Esteban Urbieta
Biography
Esteban Urbieta (Juchitán, Oaxaca, 1973) is visual artist heir to the Zapotec culture. He is a cosmopolitan artist whose roots lie in the cultural virtue of Oaxaca and its geography and whose themes are based in the romance and enigma of the natural world.
At an early age, he created his first works, painting on rusty sheets in his father’s auto body and paint shop. He studied plastic arts at the School of Fine Arts of the Benito Juárez Autonomous University of Oaxaca, and at the Rufino Tamayo Plastic Arts Workshop in Oaxaca City, where he studied under master painter and printmaker Shinzaburo Takeda.

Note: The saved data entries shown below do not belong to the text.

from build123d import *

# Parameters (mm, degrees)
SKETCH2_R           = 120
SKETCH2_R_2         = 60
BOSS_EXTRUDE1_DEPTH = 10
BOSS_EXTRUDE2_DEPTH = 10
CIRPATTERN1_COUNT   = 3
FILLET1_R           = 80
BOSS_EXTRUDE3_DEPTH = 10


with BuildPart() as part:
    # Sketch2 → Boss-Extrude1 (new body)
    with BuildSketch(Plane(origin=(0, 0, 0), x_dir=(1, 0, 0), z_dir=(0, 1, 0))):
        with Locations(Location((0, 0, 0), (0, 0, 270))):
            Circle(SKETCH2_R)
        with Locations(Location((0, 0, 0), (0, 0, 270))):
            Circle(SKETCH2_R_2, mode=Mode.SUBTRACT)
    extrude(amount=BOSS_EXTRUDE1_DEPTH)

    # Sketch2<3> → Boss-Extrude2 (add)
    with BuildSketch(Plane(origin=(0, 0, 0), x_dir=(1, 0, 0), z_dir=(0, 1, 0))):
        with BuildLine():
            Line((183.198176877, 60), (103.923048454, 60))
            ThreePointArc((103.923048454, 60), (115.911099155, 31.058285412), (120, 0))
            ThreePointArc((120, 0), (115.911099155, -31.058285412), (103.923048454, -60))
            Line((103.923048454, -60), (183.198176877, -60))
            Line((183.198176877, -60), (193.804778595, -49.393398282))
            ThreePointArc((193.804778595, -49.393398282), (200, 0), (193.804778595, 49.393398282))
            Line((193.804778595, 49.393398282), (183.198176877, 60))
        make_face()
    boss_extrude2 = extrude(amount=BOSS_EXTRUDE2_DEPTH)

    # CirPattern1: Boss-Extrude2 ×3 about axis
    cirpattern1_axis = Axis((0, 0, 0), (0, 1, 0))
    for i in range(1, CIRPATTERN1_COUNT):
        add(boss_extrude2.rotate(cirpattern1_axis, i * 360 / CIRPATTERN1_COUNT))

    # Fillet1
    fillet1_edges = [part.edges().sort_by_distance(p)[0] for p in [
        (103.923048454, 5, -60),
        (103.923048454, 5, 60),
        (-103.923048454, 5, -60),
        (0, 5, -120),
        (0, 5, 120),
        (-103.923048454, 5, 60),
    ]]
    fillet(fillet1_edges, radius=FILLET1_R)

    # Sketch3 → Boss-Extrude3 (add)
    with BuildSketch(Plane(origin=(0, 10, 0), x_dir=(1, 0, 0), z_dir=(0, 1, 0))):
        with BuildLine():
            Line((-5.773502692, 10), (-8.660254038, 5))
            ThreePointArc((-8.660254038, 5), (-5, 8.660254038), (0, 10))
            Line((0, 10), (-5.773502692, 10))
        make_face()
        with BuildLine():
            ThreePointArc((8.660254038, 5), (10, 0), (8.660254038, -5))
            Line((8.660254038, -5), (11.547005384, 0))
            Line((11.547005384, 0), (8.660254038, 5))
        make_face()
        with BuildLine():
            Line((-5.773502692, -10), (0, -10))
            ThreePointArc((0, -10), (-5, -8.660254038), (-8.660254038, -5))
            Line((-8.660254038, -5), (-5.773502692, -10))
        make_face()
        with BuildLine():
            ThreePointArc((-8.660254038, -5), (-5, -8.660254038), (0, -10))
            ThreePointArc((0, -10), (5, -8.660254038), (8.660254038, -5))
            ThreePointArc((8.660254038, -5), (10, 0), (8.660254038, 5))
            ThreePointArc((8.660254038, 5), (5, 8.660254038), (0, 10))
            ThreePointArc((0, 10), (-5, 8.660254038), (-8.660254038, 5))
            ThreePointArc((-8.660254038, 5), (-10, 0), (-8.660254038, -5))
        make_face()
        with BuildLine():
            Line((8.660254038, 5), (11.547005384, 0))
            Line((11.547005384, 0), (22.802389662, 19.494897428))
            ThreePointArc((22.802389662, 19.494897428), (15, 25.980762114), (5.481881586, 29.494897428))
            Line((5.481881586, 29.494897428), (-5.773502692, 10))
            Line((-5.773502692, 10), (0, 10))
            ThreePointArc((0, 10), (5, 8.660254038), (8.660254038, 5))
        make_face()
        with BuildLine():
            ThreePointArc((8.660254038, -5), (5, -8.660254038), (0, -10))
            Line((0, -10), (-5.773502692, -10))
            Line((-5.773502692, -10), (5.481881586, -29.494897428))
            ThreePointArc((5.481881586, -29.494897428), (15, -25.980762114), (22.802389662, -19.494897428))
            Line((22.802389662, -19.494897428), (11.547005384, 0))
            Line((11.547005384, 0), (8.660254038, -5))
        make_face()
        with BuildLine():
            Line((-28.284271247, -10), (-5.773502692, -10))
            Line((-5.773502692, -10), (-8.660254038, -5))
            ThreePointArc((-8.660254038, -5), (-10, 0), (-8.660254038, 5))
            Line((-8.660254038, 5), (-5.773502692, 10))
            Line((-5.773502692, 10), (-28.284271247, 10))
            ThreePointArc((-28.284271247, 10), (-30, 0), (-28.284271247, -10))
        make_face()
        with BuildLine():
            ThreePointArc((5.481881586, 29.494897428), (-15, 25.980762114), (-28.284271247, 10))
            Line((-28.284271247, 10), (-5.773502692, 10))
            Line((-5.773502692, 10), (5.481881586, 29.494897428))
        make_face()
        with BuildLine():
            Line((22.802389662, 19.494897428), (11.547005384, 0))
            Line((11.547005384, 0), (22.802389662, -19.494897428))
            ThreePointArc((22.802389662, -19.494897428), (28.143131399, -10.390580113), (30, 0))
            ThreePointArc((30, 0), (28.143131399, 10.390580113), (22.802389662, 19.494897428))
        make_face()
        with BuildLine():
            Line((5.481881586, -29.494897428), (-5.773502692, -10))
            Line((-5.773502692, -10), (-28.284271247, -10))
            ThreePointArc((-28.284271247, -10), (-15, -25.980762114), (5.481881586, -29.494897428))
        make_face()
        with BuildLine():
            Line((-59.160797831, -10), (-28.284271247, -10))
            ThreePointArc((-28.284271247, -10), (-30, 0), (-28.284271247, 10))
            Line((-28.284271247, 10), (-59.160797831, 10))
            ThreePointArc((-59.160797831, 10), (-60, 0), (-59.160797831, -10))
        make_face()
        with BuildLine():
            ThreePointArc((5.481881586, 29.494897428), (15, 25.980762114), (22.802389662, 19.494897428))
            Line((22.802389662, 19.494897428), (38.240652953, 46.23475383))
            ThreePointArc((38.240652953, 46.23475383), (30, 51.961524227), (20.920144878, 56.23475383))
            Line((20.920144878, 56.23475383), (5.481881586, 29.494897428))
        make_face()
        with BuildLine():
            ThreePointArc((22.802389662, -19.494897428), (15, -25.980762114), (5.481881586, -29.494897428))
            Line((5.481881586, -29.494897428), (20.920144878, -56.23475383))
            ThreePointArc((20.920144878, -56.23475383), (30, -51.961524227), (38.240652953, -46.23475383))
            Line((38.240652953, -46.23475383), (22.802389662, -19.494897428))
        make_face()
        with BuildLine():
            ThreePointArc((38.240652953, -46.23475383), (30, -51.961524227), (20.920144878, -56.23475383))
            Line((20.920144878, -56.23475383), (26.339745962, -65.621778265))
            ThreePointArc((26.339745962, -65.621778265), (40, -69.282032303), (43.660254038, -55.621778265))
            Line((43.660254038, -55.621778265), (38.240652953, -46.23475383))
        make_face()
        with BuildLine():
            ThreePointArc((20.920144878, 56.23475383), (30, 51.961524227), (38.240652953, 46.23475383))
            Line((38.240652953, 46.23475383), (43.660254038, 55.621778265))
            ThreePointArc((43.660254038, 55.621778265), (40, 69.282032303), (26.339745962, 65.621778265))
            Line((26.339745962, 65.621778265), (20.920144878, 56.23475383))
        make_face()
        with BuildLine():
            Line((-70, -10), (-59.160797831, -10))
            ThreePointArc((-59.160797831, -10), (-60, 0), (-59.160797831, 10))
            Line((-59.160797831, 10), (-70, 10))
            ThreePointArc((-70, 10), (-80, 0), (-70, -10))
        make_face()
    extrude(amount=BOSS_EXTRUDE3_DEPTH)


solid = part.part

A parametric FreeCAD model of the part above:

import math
import FreeCAD as App
import Part
import Sketcher

V = App.Vector
Q = App.Units.Quantity


def edges_at(feature, points):
    """Names of the edges that pass closest to the given points."""
    edges = feature.Shape.Edges
    near = lambda p: min(range(len(edges)), key=lambda i: edges[i].distToShape(Part.Vertex(*p))[0])
    return sorted({f"Edge{near(p) + 1}" for p in points})

doc = App.newDocument("Part")
body = doc.addObject("PartDesign::Body", "Body")

sketch1 = body.newObject("Sketcher::SketchObject", "Sketch")
sketch1.AttachmentSupport = (doc.getObject("XZ_Plane"), [""])
sketch1.MapMode = "FlatFace"
sketch1.addGeometry([
    Part.Circle(V(0, 0, 0), V(0, 0, 1), 120),
    Part.Circle(V(0, 0, 0), V(0, 0, 1), 60),
], False)
sketch1.addConstraint([
    Sketcher.Constraint("Coincident", 0, 3, -1, 1),
    Sketcher.Constraint("Coincident", 1, 3, -1, 1),
    Sketcher.Constraint("Diameter", 0, Q("240 mm")),
    Sketcher.Constraint("Diameter", 1, Q("120 mm")),
])
pad1 = body.newObject("PartDesign::Pad", "Pad")
pad1.Profile = sketch1
pad1.Length = 10
pad1.Reversed = True

sketch2 = body.newObject("Sketcher::SketchObject", "Sketch001")
sketch2.AttachmentSupport = (doc.getObject("XZ_Plane"), [""])
sketch2.MapMode = "FlatFace"
sketch2.addGeometry([
    Part.LineSegment(V(183, -60, 0), V(104, -60, 0)),
    Part.ArcOfCircle(Part.Circle(V(0, 0, 0), V(0, 0, 1), 120), math.radians(-30), math.radians(0)),
    Part.ArcOfCircle(Part.Circle(V(0, 0, 0), V(0, 0, 1), 120), math.radians(0), math.radians(30)),
    Part.LineSegment(V(104, 60, 0), V(183, 60, 0)),
    Part.LineSegment(V(183, 60, 0), V(194, 49, 0)),
    Part.ArcOfCircle(Part.Circle(V(0, 0, 0), V(0, 0, 1), 200), math.radians(-14), math.radians(14)),
    Part.LineSegment(V(194, -49, 0), V(183, -60, 0)),
], False)
sketch2.addConstraint([
    Sketcher.Constraint("Coincident", 0, 2, 1, 1),
    Sketcher.Constraint("Tangent", 1, 2, 2, 1),
    Sketcher.Constraint("Coincident", 2, 2, 3, 1),
    Sketcher.Constraint("Coincident", 3, 2, 4, 1),
    Sketcher.Constraint("Coincident", 4, 2, 5, 2),
    Sketcher.Constraint("Coincident", 5, 1, 6, 1),
    Sketcher.Constraint("Coincident", 6, 2, 0, 1),
    Sketcher.Constraint("Horizontal", 0),
    Sketcher.Constraint("Horizontal", 3),
    Sketcher.Constraint("Coincident", 1, 3, -1, 1),
    Sketcher.Constraint("Coincident", 5, 3, -1, 1),
    Sketcher.Constraint("Equal", 1, 2),
    Sketcher.Constraint("Symmetric", 3, 2, 6, 2, -1),
    Sketcher.Constraint("PointOnObject", 1, 2, -1),
    Sketcher.Constraint("Perpendicular", 4, 6),
    Sketcher.Constraint("Vertical", 4, 2, 5, 1),
    Sketcher.Constraint("Radius", 1, Q("120 mm")),
    Sketcher.Constraint("Radius", 5, Q("200 mm")),
    Sketcher.Constraint("Distance", 4, Q("15 mm")),
    Sketcher.Constraint("DistanceY", 0, 2, -1, 1, Q("60 mm")),
])
pad2 = body.newObject("PartDesign::Pad", "Pad001")
pad2.Profile = sketch2
pad2.Length = 10
pad2.Reversed = True
doc.recompute()

polarpattern = body.newObject("PartDesign::PolarPattern", "PolarPattern")
polarpattern.Originals = [pad2]
polarpattern.Axis = (doc.getObject("Y_Axis"), [""])
polarpattern.Angle = 360
polarpattern.Occurrences = 3
body.Tip = polarpattern
doc.recompute()

fillet = body.newObject("PartDesign::Fillet", "Fillet")
fillet.Base = (polarpattern, edges_at(polarpattern, [
    (103.923, 5, -60),
    (103.923, 5, 60),
    (-103.923, 5, -60),
    (0, 5, -120),
    (0, 5, 120),
    (-103.923, 5, 60),
]))
fillet.Radius = 80

sketch3 = body.newObject("Sketcher::SketchObject", "Sketch002")
sketch3.AttachmentSupport = (doc.getObject("XZ_Plane"), [""])
sketch3.MapMode = "FlatFace"
sketch3.AttachmentOffset = App.Placement(V(0, 0, -10), App.Rotation())
sketch3.addGeometry([
    Part.ArcOfCircle(Part.Circle(V(0, 0, 0), V(0, 0, 1), 30), math.radians(0), math.radians(41)),
    Part.ArcOfCircle(Part.Circle(V(0, 0, 0), V(0, 0, 1), 30), math.radians(-41), math.radians(0)),
    Part.LineSegment(V(23, -19, 0), V(38, -46, 0)),
    Part.LineSegment(V(38, -46, 0), V(44, -56, 0)),
    Part.ArcOfCircle(Part.Circle(V(35, -61, 0), V(0, 0, 1), 10), math.radians(-150), math.radians(30)),
    Part.LineSegment(V(26, -66, 0), V(21, -56, 0)),
    Part.LineSegment(V(21, -56, 0), V(5, -29, 0)),
    Part.ArcOfCircle(Part.Circle(V(0, 0, 0), V(0, 0, 1), 30), math.radians(-161), math.radians(-79)),
    Part.LineSegment(V(-28, -10, 0), V(-70, -10, 0)),
    Part.ArcOfCircle(Part.Circle(V(-70, 0, 0), V(0, 0, 1), 10), math.radians(90), math.radians(270)),
    Part.LineSegment(V(-70, 10, 0), V(-28, 10, 0)),
    Part.ArcOfCircle(Part.Circle(V(0, 0, 0), V(0, 0, 1), 30), math.radians(79), math.radians(161)),
    Part.LineSegment(V(5, 29, 0), V(21, 56, 0)),
    Part.LineSegment(V(21, 56, 0), V(26, 66, 0)),
    Part.ArcOfCircle(Part.Circle(V(35, 61, 0), V(0, 0, 1), 10), math.radians(-30), math.radians(150)),
    Part.LineSegment(V(44, 56, 0), V(38, 46, 0)),
    Part.LineSegment(V(38, 46, 0), V(23, 19, 0)),
], False)
sketch3.addConstraint([
    Sketcher.Constraint("Tangent", 0, 1, 1, 2),
    Sketcher.Constraint("Coincident", 1, 1, 2, 1),
    Sketcher.Constraint("Coincident", 2, 2, 3, 1),
    Sketcher.Constraint("Tangent", 3, 2, 4, 2),
    Sketcher.Constraint("Tangent", 4, 1, 5, 1),
    Sketcher.Constraint("Coincident", 5, 2, 6, 1),
    Sketcher.Constraint("Coincident", 6, 2, 7, 2),
    Sketcher.Constraint("Coincident", 7, 1, 8, 1),
    Sketcher.Constraint("Tangent", 8, 2, 9, 2),
    Sketcher.Constraint("Tangent", 9, 1, 10, 1),
    Sketcher.Constraint("Coincident", 10, 2, 11, 2),
    Sketcher.Constraint("Coincident", 11, 1, 12, 1),
    Sketcher.Constraint("Coincident", 12, 2, 13, 1),
    Sketcher.Constraint("Tangent", 13, 2, 14, 2),
    Sketcher.Constraint("Tangent", 14, 1, 15, 1),
    Sketcher.Constraint("Coincident", 15, 2, 16, 1),
    Sketcher.Constraint("Coincident", 16, 2, 0, 2),
    Sketcher.Constraint("Horizontal", 8),
    Sketcher.Constraint("Horizontal", 10),
    Sketcher.Constraint("Coincident", 0, 3, -1, 1),
    Sketcher.Constraint("Coincident", 7, 3, -1, 1),
    Sketcher.Constraint("Coincident", 11, 3, -1, 1),
    Sketcher.Constraint("Equal", 0, 1),
    Sketcher.Constraint("Equal", 1, 7),
    Sketcher.Constraint("Equal", 4, 9),
    Sketcher.Constraint("Equal", 7, 11),
    Sketcher.Constraint("Equal", 9, 14),
    Sketcher.Constraint("Symmetric", 4, 3, 14, 3, -1),
    Sketcher.Constraint("Symmetric", 5, 2, 12, 2, -1),
    Sketcher.Constraint("Symmetric", 2, 2, 15, 2, -1),
    Sketcher.Constraint("PointOnObject", 9, 3, -1),
    Sketcher.Constraint("PointOnObject", 0, 1, -1),
    Sketcher.Constraint("Parallel", 2, 3),
    Sketcher.Constraint("Parallel", 3, 5),
    Sketcher.Constraint("Parallel", 5, 6),
    Sketcher.Constraint("Parallel", 12, 13),
    Sketcher.Constraint("Parallel", 15, 16),
    Sketcher.Constraint("Equal", 3, 5),
    Sketcher.Constraint("Equal", 2, 6),
    Sketcher.Constraint("Radius", 0, Q("30 mm")),
    Sketcher.Constraint("Radius", 4, Q("10 mm")),
    Sketcher.Constraint("Angle", 2, Q("-60 deg")),
    Sketcher.Constraint("DistanceX", -1, 1, 4, 3, Q("35 mm")),
    Sketcher.Constraint("DistanceX", 9, 3, -1, 1, Q("70 mm")),
    Sketcher.Constraint("DistanceX", 2, 2, 3, 2, Q("5.419601 mm")),
])
pad3 = body.newObject("PartDesign::Pad", "Pad002")
pad3.Profile = sketch3
pad3.Length = 10
pad3.Reversed = True

doc.recompute()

His art encompasses many different media: sculpture, works in vitreous enamel, painting, printmaking, and more. He has exhibited in Mexico and abroad individually and collectively. His work has received multiple awards. In 2017, the Revista Mujeres Shaique honored Urbieta for his artistic contributions to Oaxaca. In 2005, he was selected to participate in the fourth Southeast Painting and Sculpture Biennial, CONACULTA, in Chiapas, Mexico. He was awarded a scholarship by the State Fund for Culture and the Arts, in Oaxaca, Mexico in 2001. He created the “Gigantes del color” project, together with the Suke Association, to benefit children affected by the 2017 earthquake in Mexico, which consists of painting workshops, engraving, singing, poetry, and documentary projection.
With his diverse and experimental techniques, Urbieta explores themes of the relationship between humans, animals, and nature, drawing inspiration from the folklore of his native land of the Isthmus of Tehuantepec. He relates these in harmonic, maternal, and loving dialogues. The tree, a symbol of the family, is a central part of his colorful work. The woman, as a ship that carries life, is portrayed as fertile, always surrounded by a vortex of fish and birds.

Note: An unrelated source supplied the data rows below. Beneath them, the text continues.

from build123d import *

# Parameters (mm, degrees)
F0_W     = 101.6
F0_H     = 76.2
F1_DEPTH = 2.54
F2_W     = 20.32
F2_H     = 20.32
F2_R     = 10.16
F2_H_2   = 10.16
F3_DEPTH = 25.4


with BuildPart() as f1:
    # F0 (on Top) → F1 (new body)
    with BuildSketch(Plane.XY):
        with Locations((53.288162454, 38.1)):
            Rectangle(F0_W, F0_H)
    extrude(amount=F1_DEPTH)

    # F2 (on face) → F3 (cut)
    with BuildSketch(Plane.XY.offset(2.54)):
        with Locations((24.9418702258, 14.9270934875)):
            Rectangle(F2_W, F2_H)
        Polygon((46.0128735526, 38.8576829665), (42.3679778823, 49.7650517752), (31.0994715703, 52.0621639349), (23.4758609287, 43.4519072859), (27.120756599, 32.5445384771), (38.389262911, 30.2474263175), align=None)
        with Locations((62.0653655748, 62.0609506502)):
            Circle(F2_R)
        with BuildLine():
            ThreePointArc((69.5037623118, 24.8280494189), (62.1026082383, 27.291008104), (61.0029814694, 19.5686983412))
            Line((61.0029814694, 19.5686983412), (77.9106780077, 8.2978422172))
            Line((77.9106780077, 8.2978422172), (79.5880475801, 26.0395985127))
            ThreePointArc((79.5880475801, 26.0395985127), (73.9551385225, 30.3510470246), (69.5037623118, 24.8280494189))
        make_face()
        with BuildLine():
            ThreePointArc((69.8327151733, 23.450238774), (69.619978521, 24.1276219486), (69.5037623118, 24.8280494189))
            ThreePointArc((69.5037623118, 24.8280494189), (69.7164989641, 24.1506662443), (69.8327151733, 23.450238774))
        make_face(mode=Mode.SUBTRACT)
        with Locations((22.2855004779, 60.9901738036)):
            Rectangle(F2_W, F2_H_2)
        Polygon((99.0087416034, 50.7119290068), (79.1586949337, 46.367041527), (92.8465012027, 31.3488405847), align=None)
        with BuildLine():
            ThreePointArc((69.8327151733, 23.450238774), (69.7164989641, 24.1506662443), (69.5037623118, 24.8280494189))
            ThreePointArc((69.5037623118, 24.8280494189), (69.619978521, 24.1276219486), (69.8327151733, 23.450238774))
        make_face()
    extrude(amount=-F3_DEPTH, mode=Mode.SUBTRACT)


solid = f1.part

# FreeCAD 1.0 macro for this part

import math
import FreeCAD as App
import Part
import Sketcher
from FreeCAD import Vector
Q = App.Units.Quantity


def add_polygon(sketch, points):
    """Adds a closed chain of lines whose ends are joined by coincident constraints."""
    first, n = sketch.GeometryCount, len(points)
    for a, b in zip(points, points[1:] + points[:1]):
        sketch.addGeometry(Part.LineSegment(App.Vector(*a, 0), App.Vector(*b, 0)), False)
    for i in range(n):
        sketch.addConstraint(Sketcher.Constraint("Coincident", first + i, 2, first + (i + 1) % n, 1))

doc = App.newDocument("Part")
body = doc.addObject("PartDesign::Body", "Body")

# Sketch on XY plane
sketch1 = body.newObject("Sketcher::SketchObject", "Sketch")
sketch1.AttachmentSupport = (doc.getObject("XY_Plane"), [""])
sketch1.MapMode = "FlatFace"
add_polygon(sketch1, [(2, 76), (2, 0), (104, 0), (104, 76)])  # lines 0-3
sketch1.addConstraint([
    Sketcher.Constraint("Vertical", 0),
    Sketcher.Constraint("Horizontal", 1),
    Sketcher.Constraint("Vertical", 2),
    Sketcher.Constraint("Horizontal", 3),
    Sketcher.Constraint("PointOnObject", 0, 2, -1),
    Sketcher.Constraint("DistanceX", 1, 1, 1, 2, Q("4 in")),
    Sketcher.Constraint("DistanceY", 0, 2, 0, 1, Q("3 in")),
    Sketcher.Constraint("DistanceX", -1, 1, 0, 2, Q("2.488162 mm")),
])
pad1 = body.newObject("PartDesign::Pad", "Pad")
pad1.Profile = sketch1
pad1.Length = Q("0.1 in")

# Sketch on XY plane
sketch2 = body.newObject("Sketcher::SketchObject", "Sketch001")
sketch2.AttachmentSupport = (doc.getObject("XY_Plane"), [""])
sketch2.MapMode = "FlatFace"
sketch2.AttachmentOffset = App.Placement(Vector(0, 0, 0.1 * 25.4), App.Rotation())
add_polygon(sketch2, [(15, 25), (15, 5), (35, 5), (35, 25)])  # lines 0-3
add_polygon(sketch2, [(46, 39), (42, 50), (31, 52), (23, 43), (27, 33), (38, 30)])  # lines 4-9
sketch2.addGeometry(Part.Circle(Vector(62, 62, 0), Vector(0, 0, 1), 10), False)  # 10
sketch2.addGeometry(Part.LineSegment(Vector(78, 8, 0), Vector(80, 26, 0)), False)  # 11
sketch2.addGeometry(Part.ArcOfCircle(Part.Circle(Vector(75, 25, 0), Vector(0, 0, 1), 5), math.radians(8), math.radians(185)), False)  # 12
sketch2.addGeometry(Part.ArcOfCircle(Part.Circle(Vector(65, 23, 0), Vector(0, 0, 1), 5), math.radians(21), math.radians(222)), False)  # 13
sketch2.addGeometry(Part.LineSegment(Vector(61, 20, 0), Vector(78, 8, 0)), False)  # 14
add_polygon(sketch2, [(12, 66), (12, 56), (32, 56), (32, 66)])  # lines 15-18
add_polygon(sketch2, [(99, 51), (79, 46), (93, 31)])  # lines 19-21
sketch2.addConstraint([
    Sketcher.Constraint("Coincident", 11, 2, 12, 1),
    Sketcher.Constraint("Coincident", 12, 2, 13, 1),
    Sketcher.Constraint("Coincident", 13, 2, 14, 1),
    Sketcher.Constraint("Coincident", 14, 2, 11, 1),
    Sketcher.Constraint("Vertical", 0),
    Sketcher.Constraint("Horizontal", 1),
    Sketcher.Constraint("Vertical", 2),
    Sketcher.Constraint("Horizontal", 3),
    Sketcher.Constraint("Vertical", 15),
    Sketcher.Constraint("Horizontal", 16),
    Sketcher.Constraint("Vertical", 17),
    Sketcher.Constraint("Horizontal", 18),
    Sketcher.Constraint("Equal", 12, 13),
    Sketcher.Constraint("Parallel", 4, 7),
    Sketcher.Constraint("Parallel", 5, 8),
    Sketcher.Constraint("Parallel", 6, 9),
    Sketcher.Constraint("Equal", 3, 16),
    Sketcher.Constraint("Equal", 18, 0),
    Sketcher.Constraint("Equal", 4, 5),
    Sketcher.Constraint("Equal", 5, 6),
    Sketcher.Constraint("Equal", 6, 7),
    Sketcher.Constraint("Equal", 14, 19),
    Sketcher.Constraint("Equal", 19, 20),
    Sketcher.Constraint("Equal", 20, 21),
    Sketcher.Constraint("Diameter", 10, Q("0.8 in")),
    Sketcher.Constraint("Radius", 12, Q("0.2 in")),
    Sketcher.Constraint("DistanceX", 1, 1, 1, 2, Q("0.8 in")),
    Sketcher.Constraint("DistanceY", 15, 2, 15, 1, Q("0.4 in")),
    Sketcher.Constraint("Distance", 14, Q("0.8 in")),
    Sketcher.Constraint("DistanceY", 2, 2, 7, 2, Q("0.2936002 in")),
    Sketcher.Constraint("DistanceX", 6, 2, 7, 2, Q("0.1434998 in")),
    Sketcher.Constraint("DistanceY", -1, 1, 11, 2, Q("26.039599 mm")),
    Sketcher.Constraint("DistanceY", -1, 1, 13, 2, Q("19.568698 mm")),
    Sketcher.Constraint("DistanceX", -1, 1, 15, 2, Q("12.1255 mm")),
    Sketcher.Constraint("DistanceX", -1, 1, 20, 2, Q("92.846501 mm")),
    Sketcher.Constraint("DistanceY", 4, 2, 10, 3, Q("12.295899 mm")),
    Sketcher.Constraint("DistanceX", 5, 2, 2, 2, Q("4.002399 mm")),
    Sketcher.Constraint("DistanceX", 6, 2, 8, 2, Q("14.913402 mm")),
    Sketcher.Constraint("DistanceX", 8, 2, 12, 2, Q("31.114499 mm")),
    Sketcher.Constraint("DistanceY", 20, 2, 19, 2, Q("15.018201 mm")),
    Sketcher.Constraint("DistanceY", 14, 2, 20, 2, Q("23.050998 mm")),
    Sketcher.Constraint("Distance", 4, Q("11.500259 mm")),
    Sketcher.Constraint("DistanceY", -1, 1, 10, 3, Q("62.060951 mm")),
    Sketcher.Constraint("DistanceY", -1, 1, 13, 3, Q("22.970971 mm")),
    Sketcher.Constraint("DistanceX", -1, 1, 0, 2, Q("14.78187 mm")),
    Sketcher.Constraint("DistanceX", -1, 1, 6, 2, Q("23.475861 mm")),
    Sketcher.Constraint("DistanceY", -1, 1, 12, 2, Q("24.828049 mm")),
    Sketcher.Constraint("DistanceX", -1, 1, 14, 2, Q("77.910678 mm")),
    Sketcher.Constraint("DistanceX", 10, 3, 12, 3, Q("12.495738 mm")),
    Sketcher.Constraint("DistanceX", 13, 3, 12, 3, Q("9.78573 mm")),
    Sketcher.Constraint("DistanceY", 5, 2, 15, 2, Q("3.84801 mm")),
])
pocket1 = body.newObject("PartDesign::Pocket", "Pocket")
pocket1.Profile = sketch2
pocket1.Length = Q("1 in")

doc.recompute()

In the more contemporary series “Birds that sing inks,” Urbieta presents a monochromatic palette of ink, pigment, and coffee with egg tempera on paper. The birds, at once trapped in a gourd as edifying tributes, are symbols of freedom and sustainability.
Recent exhibitions:
2017 | Oaxaca to Miami | Gallery Breuer | Miami Beach, USA.
2017 | Color Depth | Terracotta Gallery | Merida, Yucatan, Mexico.